L’assassinio di Luebcke è il più recente e drammatico di una serie di fatti che già da tempo accadono in Germania. In questo contesto, il mondo della politica si prepara, fortemente indebolito, a un passaggio di fase epocale.
Fine di un ciclo
Angela Merkel ha annunciato che al termine di questo mandato si ritirerà dalla vita politica. Con la sua ormai proverbiale resilienza, la cancelliera, figura anomala nel conservatorismo tedesco, ha surclassato tutti i suoi avversari politici interni alla Cdu. Così facendo però ha precluso ogni possibilità di rinnovamento. A guardare l’orizzonte post 2020 non si può nascondere angoscia e più di qualche dubbio. Durante i suoi quindici anni di leadership, Merkel ha sempre normalizzato il conflitto ed evitato di sciogliere i nodi più contraddittori che le si presentavano. Questa scelta ha pagato nell’immediato, ma adesso rischia di precipitare in un’eredità insostenibile per una ceto politico evidentemente non all’altezza della sfida.
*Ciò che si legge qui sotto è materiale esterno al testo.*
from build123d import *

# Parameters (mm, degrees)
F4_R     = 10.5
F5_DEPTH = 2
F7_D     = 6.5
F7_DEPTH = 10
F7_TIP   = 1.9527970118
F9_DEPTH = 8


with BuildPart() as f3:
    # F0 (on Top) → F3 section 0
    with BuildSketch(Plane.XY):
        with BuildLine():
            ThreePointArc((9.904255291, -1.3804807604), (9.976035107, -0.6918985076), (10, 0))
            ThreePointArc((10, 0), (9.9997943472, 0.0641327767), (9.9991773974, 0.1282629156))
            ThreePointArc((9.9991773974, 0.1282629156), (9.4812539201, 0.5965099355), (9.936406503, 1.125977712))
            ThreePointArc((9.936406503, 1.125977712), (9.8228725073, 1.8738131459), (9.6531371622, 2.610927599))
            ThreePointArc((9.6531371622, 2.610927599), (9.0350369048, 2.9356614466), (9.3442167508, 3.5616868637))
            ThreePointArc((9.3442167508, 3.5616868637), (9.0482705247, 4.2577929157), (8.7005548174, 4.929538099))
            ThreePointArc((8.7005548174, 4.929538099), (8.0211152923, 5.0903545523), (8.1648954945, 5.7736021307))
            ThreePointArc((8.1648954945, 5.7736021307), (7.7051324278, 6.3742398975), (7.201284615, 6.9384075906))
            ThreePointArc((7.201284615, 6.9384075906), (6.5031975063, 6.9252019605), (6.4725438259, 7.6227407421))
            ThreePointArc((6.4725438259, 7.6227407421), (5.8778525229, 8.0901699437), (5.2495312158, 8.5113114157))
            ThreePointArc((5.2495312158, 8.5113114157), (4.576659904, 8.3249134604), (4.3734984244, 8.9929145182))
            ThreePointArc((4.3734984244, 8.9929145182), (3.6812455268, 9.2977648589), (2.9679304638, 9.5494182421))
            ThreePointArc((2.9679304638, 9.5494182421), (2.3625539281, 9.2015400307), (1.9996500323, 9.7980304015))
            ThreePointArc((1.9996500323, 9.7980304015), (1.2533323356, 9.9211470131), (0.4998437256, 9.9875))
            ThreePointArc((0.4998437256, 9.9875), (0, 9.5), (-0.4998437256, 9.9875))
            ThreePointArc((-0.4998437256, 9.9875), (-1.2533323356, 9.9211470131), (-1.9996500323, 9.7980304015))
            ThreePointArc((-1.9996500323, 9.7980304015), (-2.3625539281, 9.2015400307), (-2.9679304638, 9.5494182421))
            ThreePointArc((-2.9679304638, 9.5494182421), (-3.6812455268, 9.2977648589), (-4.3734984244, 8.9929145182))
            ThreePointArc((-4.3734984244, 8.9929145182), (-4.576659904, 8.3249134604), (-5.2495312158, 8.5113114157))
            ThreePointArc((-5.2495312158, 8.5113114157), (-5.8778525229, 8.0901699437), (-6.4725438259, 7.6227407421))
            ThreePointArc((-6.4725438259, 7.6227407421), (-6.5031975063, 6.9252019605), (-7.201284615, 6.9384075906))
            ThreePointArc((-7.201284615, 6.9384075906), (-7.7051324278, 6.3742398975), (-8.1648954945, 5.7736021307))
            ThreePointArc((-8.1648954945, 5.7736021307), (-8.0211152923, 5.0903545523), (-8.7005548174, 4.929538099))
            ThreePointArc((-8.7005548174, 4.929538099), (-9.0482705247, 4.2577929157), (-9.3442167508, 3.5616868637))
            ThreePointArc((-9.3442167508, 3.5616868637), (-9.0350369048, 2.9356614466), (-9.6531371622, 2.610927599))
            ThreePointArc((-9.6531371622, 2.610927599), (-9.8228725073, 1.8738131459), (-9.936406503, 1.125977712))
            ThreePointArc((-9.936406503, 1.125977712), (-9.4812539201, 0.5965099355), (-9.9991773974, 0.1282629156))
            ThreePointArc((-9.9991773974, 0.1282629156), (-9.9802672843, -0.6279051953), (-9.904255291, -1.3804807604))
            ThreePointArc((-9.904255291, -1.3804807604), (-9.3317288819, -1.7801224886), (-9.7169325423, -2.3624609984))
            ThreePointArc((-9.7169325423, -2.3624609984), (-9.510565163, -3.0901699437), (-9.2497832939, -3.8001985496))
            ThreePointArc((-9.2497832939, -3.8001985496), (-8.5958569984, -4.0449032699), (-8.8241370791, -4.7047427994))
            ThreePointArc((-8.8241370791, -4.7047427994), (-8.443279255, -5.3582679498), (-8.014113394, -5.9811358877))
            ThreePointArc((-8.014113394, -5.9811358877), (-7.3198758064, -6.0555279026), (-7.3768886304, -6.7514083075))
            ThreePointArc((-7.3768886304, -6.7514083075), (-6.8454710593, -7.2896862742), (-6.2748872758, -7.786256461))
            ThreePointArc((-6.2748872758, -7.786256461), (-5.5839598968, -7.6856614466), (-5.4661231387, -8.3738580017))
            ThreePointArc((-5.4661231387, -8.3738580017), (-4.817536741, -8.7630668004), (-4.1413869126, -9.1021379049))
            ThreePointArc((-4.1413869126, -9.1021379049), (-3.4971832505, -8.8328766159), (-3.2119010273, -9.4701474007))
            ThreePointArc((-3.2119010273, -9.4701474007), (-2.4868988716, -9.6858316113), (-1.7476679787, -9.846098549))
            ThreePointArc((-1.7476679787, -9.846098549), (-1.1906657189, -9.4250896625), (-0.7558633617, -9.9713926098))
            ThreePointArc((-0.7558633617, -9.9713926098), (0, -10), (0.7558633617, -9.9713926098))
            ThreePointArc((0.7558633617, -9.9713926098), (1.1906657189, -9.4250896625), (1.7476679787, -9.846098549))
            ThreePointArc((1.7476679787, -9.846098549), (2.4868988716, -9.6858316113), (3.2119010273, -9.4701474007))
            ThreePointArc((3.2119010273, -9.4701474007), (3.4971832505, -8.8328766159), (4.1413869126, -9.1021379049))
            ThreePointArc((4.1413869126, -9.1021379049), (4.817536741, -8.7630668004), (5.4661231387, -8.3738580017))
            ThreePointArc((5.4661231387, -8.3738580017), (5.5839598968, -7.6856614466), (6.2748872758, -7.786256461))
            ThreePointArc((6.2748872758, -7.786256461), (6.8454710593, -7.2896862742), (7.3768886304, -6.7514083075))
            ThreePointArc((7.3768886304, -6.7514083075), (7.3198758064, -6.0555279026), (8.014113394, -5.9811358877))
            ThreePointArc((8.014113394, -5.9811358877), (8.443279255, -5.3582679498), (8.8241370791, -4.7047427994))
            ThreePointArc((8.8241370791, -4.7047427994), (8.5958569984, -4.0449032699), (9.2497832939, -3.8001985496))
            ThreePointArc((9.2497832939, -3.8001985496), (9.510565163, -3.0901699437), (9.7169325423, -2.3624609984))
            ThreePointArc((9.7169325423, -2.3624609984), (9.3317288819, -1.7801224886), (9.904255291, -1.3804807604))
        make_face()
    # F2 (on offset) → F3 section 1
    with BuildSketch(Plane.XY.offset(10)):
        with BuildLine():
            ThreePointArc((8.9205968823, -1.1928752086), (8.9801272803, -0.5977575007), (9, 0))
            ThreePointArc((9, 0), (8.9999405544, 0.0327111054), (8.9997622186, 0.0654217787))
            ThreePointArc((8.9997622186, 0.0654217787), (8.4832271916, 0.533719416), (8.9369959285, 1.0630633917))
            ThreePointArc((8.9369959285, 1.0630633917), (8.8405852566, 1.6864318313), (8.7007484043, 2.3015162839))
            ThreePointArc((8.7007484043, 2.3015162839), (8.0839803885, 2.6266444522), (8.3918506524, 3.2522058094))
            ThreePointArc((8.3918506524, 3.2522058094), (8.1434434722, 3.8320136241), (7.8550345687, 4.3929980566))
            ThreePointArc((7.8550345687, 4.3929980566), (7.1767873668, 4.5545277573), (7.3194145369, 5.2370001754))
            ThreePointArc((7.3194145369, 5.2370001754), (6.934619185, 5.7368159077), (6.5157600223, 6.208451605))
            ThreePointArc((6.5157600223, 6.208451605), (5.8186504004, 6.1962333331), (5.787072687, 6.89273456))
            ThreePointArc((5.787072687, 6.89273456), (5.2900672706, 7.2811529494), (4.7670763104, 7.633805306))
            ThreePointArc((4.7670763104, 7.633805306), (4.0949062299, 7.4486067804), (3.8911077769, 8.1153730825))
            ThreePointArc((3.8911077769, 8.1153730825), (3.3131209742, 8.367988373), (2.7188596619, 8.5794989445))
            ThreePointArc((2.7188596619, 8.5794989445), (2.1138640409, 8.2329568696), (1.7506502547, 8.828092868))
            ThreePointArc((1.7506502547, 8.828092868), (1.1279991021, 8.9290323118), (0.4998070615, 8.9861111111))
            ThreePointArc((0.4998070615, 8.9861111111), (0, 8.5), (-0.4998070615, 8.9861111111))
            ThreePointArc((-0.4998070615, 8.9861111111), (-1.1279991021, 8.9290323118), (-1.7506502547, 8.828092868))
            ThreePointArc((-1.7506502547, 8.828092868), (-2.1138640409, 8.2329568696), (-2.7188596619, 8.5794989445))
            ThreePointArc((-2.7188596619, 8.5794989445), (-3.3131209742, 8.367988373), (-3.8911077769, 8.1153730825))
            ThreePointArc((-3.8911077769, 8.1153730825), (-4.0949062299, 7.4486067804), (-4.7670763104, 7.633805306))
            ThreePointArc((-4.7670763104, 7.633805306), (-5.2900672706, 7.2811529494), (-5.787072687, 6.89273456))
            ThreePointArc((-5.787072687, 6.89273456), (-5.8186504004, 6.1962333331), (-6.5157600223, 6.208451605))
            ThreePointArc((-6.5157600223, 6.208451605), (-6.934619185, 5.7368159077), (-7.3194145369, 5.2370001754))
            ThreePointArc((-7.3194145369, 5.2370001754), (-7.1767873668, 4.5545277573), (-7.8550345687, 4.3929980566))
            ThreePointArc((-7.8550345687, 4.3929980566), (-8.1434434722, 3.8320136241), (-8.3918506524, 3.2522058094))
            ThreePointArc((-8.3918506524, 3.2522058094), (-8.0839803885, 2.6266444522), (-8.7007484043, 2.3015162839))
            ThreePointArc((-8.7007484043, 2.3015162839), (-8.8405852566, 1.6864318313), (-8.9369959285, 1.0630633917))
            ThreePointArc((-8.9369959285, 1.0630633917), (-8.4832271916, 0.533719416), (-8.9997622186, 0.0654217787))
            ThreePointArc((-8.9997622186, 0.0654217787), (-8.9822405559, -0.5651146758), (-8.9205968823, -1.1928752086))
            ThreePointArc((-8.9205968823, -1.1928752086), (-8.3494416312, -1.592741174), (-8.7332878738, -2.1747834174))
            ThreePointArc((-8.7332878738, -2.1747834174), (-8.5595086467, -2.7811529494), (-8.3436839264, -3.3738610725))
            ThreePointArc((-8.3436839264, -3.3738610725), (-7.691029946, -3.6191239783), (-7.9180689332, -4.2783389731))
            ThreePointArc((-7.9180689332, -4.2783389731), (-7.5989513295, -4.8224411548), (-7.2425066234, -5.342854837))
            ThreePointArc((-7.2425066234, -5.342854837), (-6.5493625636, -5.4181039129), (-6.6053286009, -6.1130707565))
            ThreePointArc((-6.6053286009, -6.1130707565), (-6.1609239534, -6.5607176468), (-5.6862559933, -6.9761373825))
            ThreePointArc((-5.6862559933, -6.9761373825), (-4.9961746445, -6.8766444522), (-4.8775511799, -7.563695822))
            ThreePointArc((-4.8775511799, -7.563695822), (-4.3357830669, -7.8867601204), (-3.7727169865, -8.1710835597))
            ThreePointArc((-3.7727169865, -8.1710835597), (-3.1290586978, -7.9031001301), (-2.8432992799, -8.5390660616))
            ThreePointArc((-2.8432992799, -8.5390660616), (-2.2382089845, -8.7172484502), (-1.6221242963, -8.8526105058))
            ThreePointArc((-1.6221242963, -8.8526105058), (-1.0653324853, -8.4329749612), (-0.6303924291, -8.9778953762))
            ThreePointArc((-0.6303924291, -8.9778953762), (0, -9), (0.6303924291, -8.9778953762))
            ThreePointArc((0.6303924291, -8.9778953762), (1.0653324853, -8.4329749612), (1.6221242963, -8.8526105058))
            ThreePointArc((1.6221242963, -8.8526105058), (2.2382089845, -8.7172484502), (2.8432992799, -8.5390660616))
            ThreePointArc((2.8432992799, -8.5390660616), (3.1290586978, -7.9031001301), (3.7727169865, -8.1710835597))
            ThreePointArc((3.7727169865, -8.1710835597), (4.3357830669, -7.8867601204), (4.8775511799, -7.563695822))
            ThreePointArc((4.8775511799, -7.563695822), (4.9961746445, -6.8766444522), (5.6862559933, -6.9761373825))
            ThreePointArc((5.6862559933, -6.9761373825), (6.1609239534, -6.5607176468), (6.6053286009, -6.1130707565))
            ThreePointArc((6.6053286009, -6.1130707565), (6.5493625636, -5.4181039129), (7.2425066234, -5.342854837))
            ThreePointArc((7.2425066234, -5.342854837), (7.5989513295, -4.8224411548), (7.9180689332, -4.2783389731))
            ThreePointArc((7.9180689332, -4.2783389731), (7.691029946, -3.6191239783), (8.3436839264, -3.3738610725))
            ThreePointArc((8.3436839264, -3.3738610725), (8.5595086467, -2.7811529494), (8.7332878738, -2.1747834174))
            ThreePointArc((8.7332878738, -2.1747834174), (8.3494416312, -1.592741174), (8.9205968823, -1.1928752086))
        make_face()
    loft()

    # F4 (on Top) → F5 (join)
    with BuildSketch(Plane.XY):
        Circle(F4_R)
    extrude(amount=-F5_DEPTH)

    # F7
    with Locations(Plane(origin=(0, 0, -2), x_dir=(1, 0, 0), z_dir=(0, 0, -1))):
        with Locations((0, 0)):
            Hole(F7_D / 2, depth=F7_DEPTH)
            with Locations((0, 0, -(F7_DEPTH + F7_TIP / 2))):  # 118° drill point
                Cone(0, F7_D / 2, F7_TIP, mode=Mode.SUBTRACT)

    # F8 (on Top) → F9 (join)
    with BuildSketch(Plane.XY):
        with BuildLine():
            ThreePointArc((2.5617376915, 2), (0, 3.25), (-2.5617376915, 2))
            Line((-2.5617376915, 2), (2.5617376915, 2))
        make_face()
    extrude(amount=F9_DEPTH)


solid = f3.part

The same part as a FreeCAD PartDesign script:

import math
import FreeCAD as App
import Part
import Sketcher
from FreeCAD import Vector
Q = App.Units.Quantity

doc = App.newDocument("Part")
body = doc.addObject("PartDesign::Body", "Body")

# Sketch on XY plane
sketch1 = body.newObject("Sketcher::SketchObject", "Sketch")
sketch1.AttachmentSupport = (doc.getObject("XY_Plane"), [""])
sketch1.MapMode = "FlatFace"
sketch1.addGeometry([
    Part.ArcOfCircle(Part.Circle(Vector(0, 0, 0), Vector(0, 0, 1), 10), math.radians(-7.93), math.radians(0)),  # 0
    Part.ArcOfCircle(Part.Circle(Vector(0, 0, 0), Vector(0, 0, 1), 10), math.radians(0), math.radians(0.73)),  # 1
    Part.ArcOfCircle(Part.Circle(Vector(9.98, 0.63, 0), Vector(0, 0, 1), 0.5), math.radians(95), math.radians(272)),  # 2
    Part.ArcOfCircle(Part.Circle(Vector(0, 0, 0), Vector(0, 0, 1), 10), math.radians(6.47), math.radians(15.13)),  # 3
    Part.ArcOfCircle(Part.Circle(Vector(9.51, 3.09, 0), Vector(0, 0, 1), 0.5), math.radians(109), math.radians(287)),  # 4
    Part.ArcOfCircle(Part.Circle(Vector(0, 0, 0), Vector(0, 0, 1), 10), math.radians(20.87), math.radians(29.53)),  # 5
    Part.ArcOfCircle(Part.Circle(Vector(8.44, 5.36, 0), Vector(0, 0, 1), 0.5), math.radians(124), math.radians(301)),  # 6
    Part.ArcOfCircle(Part.Circle(Vector(0, 0, 0), Vector(0, 0, 1), 10), math.radians(35.27), math.radians(43.93)),  # 7
    Part.ArcOfCircle(Part.Circle(Vector(6.85, 7.29, 0), Vector(0, 0, 1), 0.5), math.radians(138), math.radians(315)),  # 8
    Part.ArcOfCircle(Part.Circle(Vector(0, 0, 0), Vector(0, 0, 1), 10), math.radians(49.67), math.radians(58.33)),  # 9
    Part.ArcOfCircle(Part.Circle(Vector(4.82, 8.76, 0), Vector(0, 0, 1), 0.5), math.radians(153), math.radians(330)),  # 10
    Part.ArcOfCircle(Part.Circle(Vector(0, 0, 0), Vector(0, 0, 1), 10), math.radians(64.07), math.radians(72.73)),  # 11
    Part.ArcOfCircle(Part.Circle(Vector(2.49, 9.69, 0), Vector(0, 0, 1), 0.5), math.radians(167), math.radians(344)),  # 12
    Part.ArcOfCircle(Part.Circle(Vector(0, 0, 0), Vector(0, 0, 1), 10), math.radians(78.47), math.radians(87.13)),  # 13
    Part.ArcOfCircle(Part.Circle(Vector(0, 10, 0), Vector(0, 0, 1), 0.5), math.radians(-179), math.radians(-1)),  # 14
    Part.ArcOfCircle(Part.Circle(Vector(0, 0, 0), Vector(0, 0, 1), 10), math.radians(92.87), math.radians(101.53)),  # 15
    Part.ArcOfCircle(Part.Circle(Vector(-2.49, 9.69, 0), Vector(0, 0, 1), 0.5), math.radians(-164), math.radians(13)),  # 16
    Part.ArcOfCircle(Part.Circle(Vector(0, 0, 0), Vector(0, 0, 1), 10), math.radians(107.27), math.radians(115.93)),  # 17
    Part.ArcOfCircle(Part.Circle(Vector(-4.82, 8.76, 0), Vector(0, 0, 1), 0.5), math.radians(-150), math.radians(27)),  # 18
Il terrore per il caos e l’ignoto del dopo Merkel sta producendo nella macchina kafkiana di poteri federali, agenzie di sottogoverno, organizzazioni parastatali e gruppi di interesse preoccupanti scricchiolii. Il governo federale vive di una schizofrenia asfittica in cui si moltiplicano proposte legislative, protagonismi locali, vuoti di potere, torsioni autoritarie e questioni sociali. In questa sorta di Repubblica di Weimar a bassa intensità si affaccia il rinnovato protagonismo dell’estrema destra, per decenni marginalizzata. Inceppatasi temporaneamente la macchina del consenso di Alternative fuer Deutschland, almeno a Ovest, alcuni settori ordoliberali stanno assumendo uno strano atteggiamento di sottovalutazione verso gravi connivenze tra apparati di sicurezza dello stato e gruppi neonazisti. Su questi avvenimenti, l’ultimo governo Merkel sta decidendo di non decidere. Un errore grave, che potrebbe rivelarsi anche un azzardo fatale.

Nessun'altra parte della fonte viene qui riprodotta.